Sí, sí, ayer hubo temblor. Pero es la primera vez que siento uno de esa intensidad desde que nació Antonella. En realidad es el primer sismo fuerte que siento desde hace mucho tiempo y es que cuando nos casamos, nos mudamos a un primer piso y aquí los temblores pasan casi desapercibidos (gracias a Dios y a todos los santos!). Así que casi todo el embarazo y los 9 meses que tiene Anto, o no he sentido los sismos o los he sentido en mucha menor intensidad, lo cual me permitía mantener la calma.

Ayer el tema cambió. Para que entiendan un poco, yo le tengo pánico, o mejor dicho, TERROR a los temblores. Soy de las que sale gritando y corriendo despavorida, soy de las que corre por su vida y desde la puerta les grito a todos que bajen o salgan o se apuren, lo que se me ocurra en ese momento. 


Recuerdo que la única vez que intente mantener la calma y pensar "ya va a pasar" fue en el terremoto de Pisco del 2007. Pensaba "ahorita termina", "ya pasa" pero la tierra cada vez se movía más y más fuerte hasta que me di cuenta que no era un simple temblor.
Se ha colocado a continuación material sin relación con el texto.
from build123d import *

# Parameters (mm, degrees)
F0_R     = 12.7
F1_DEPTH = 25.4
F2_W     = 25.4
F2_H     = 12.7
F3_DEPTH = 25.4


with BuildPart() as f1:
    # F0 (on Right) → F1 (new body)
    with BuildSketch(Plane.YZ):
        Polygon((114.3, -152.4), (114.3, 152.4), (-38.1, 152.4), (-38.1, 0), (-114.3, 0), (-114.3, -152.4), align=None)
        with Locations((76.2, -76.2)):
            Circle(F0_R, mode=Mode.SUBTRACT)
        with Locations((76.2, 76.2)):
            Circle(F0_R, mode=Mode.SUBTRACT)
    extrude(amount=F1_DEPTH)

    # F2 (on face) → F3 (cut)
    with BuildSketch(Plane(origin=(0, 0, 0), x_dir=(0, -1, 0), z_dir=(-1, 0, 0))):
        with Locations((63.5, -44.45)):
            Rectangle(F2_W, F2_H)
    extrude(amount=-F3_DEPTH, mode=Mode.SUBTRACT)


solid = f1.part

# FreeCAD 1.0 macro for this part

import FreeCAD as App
import Part
import Sketcher
Q = App.Units.Quantity


def add_polygon(sketch, points):
    """Adds a closed chain of lines whose ends are joined by coincident constraints."""
    first, n = sketch.GeometryCount, len(points)
    for a, b in zip(points, points[1:] + points[:1]):
        sketch.addGeometry(Part.LineSegment(App.Vector(*a, 0), App.Vector(*b, 0)), False)
    for i in range(n):
        sketch.addConstraint(Sketcher.Constraint("Coincident", first + i, 2, first + (i + 1) % n, 1))

doc = App.newDocument("Part")
body = doc.addObject("PartDesign::Body", "Body")

sketch1 = doc.addObject("Sketcher::SketchObject", "Sketch")
body.addObject(sketch1)
sketch1.AttachmentSupport = (doc.YZ_Plane, [""])
sketch1.MapMode = "FlatFace"
add_polygon(sketch1, [(114, -152), (114, 152), (-38, 152), (-38, 0), (-114, 0), (-114, -152)])
sketch1.addGeometry(Part.Circle(App.Vector(76, -76, 0), App.Vector(0, 0, 1), 13), False)
sketch1.addGeometry(Part.Circle(App.Vector(76, 76, 0), App.Vector(0, 0, 1), 13), False)
sketch1.addConstraint([
    Sketcher.Constraint("Vertical", 0),
    Sketcher.Constraint("Horizontal", 1),
    Sketcher.Constraint("Vertical", 2),
    Sketcher.Constraint("Horizontal", 3),
    Sketcher.Constraint("Vertical", 4),
    Sketcher.Constraint("Horizontal", 5),
    Sketcher.Constraint("Equal", 6, 7),
    Sketcher.Constraint("Symmetric", 0, 2, 4, 2, -1, 1),
    Sketcher.Constraint("Symmetric", 6, 3, 7, 3, -1),
    Sketcher.Constraint("PointOnObject", 2, 2, -1),
    Sketcher.Constraint("Equal", 1, 2),
    Sketcher.Constraint("Diameter", 6, Q("1 in")),
    Sketcher.Constraint("DistanceX", 1, 2, 1, 1, Q("6 in")),
    Sketcher.Constraint("DistanceX", 3, 2, 3, 1, Q("3 in")),
    Sketcher.Constraint("DistanceX", -1, 1, 6, 3, Q("3 in")),
    Sketcher.Constraint("DistanceY", 6, 3, -1, 1, Q("3 in")),
])
pad1 = doc.addObject("PartDesign::Pad", "Pad")
body.addObject(pad1)
pad1.Profile = sketch1
pad1.Length = Q("1 in")

sketch2 = doc.addObject("Sketcher::SketchObject", "Sketch001")
body.addObject(sketch2)
sketch2.AttachmentSupport = (doc.YZ_Plane, [""])
sketch2.MapMode = "FlatFace"
add_polygon(sketch2, [(-51, -38), (-51, -51), (-76, -51), (-76, -38)])
sketch2.addConstraint([
    Sketcher.Constraint("Vertical", 0),
    Sketcher.Constraint("Horizontal", 1),
    Sketcher.Constraint("Vertical", 2),
    Sketcher.Constraint("Horizontal", 3),
    Sketcher.Constraint("DistanceX", 1, 2, 1, 1, Q("1 in")),
    Sketcher.Constraint("DistanceY", 0, 2, 0, 1, Q("0.5 in")),
    Sketcher.Constraint("DistanceX", 0, 2, -1, 1, Q("2 in")),
    Sketcher.Constraint("DistanceY", 0, 2, -1, 1, Q("2 in")),
])
pocket1 = doc.addObject("PartDesign::Pocket", "Pocket")
body.addObject(pocket1)
pocket1.Profile = sketch2
pocket1.Length = Q("1 in")
pocket1.Reversed = True

doc.recompute()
Grité, lloré y cuando vi esas luces rojas en el cielo y se fue la energía eléctrica, casi me desmayo (toda una drama queen! lo sé!). En mi defensa puedo decir que ver a todas las personas arrodillas en el piso rezando (todos ateos confesos)  y otras gritando "Dios, aplaca tu ira" y "Es el fin del mundo" no me fue de ayuda. Recuerdo mirar mi casa esperando a ver que se venía abajo primero, hasta que finalmente todo terminó.
Ayer el tema fue así, me acababa de sentar a almorzar y saqué mi cel para revisar el twitter. Leí la frase "se registró sismo de 5.8 en Tumbes" y, acto seguido, la tierra se empezó a mover. Corrí por Antonella, pues mi abuelita la tenía en brazos y fuimos directo a la puerta. Fue la primera vez que me asusté, me olvidé el cel y las mantas (mi única reacción en los temblores esa agarrar mi celular, para poder comunicarme con mi familia después, y sujetar una manta, colcha, edredon o lo que sea que encuentre en mi camino). El terror se apodero de mi y lo único que quería era salir de casa. Y la calma?? Cuál calma?!?!?! Mi lema de tratar de mantener la tranquila para no pasarle mis miedos a Antonella, se fue al tacho en un dos por tres. Espero de todo corazón que la próxima pueda mantener un poco más la calma. Al menos no grité ni lloré ni me desmayé, así que lo considero como un progreso. No importa lo que digan!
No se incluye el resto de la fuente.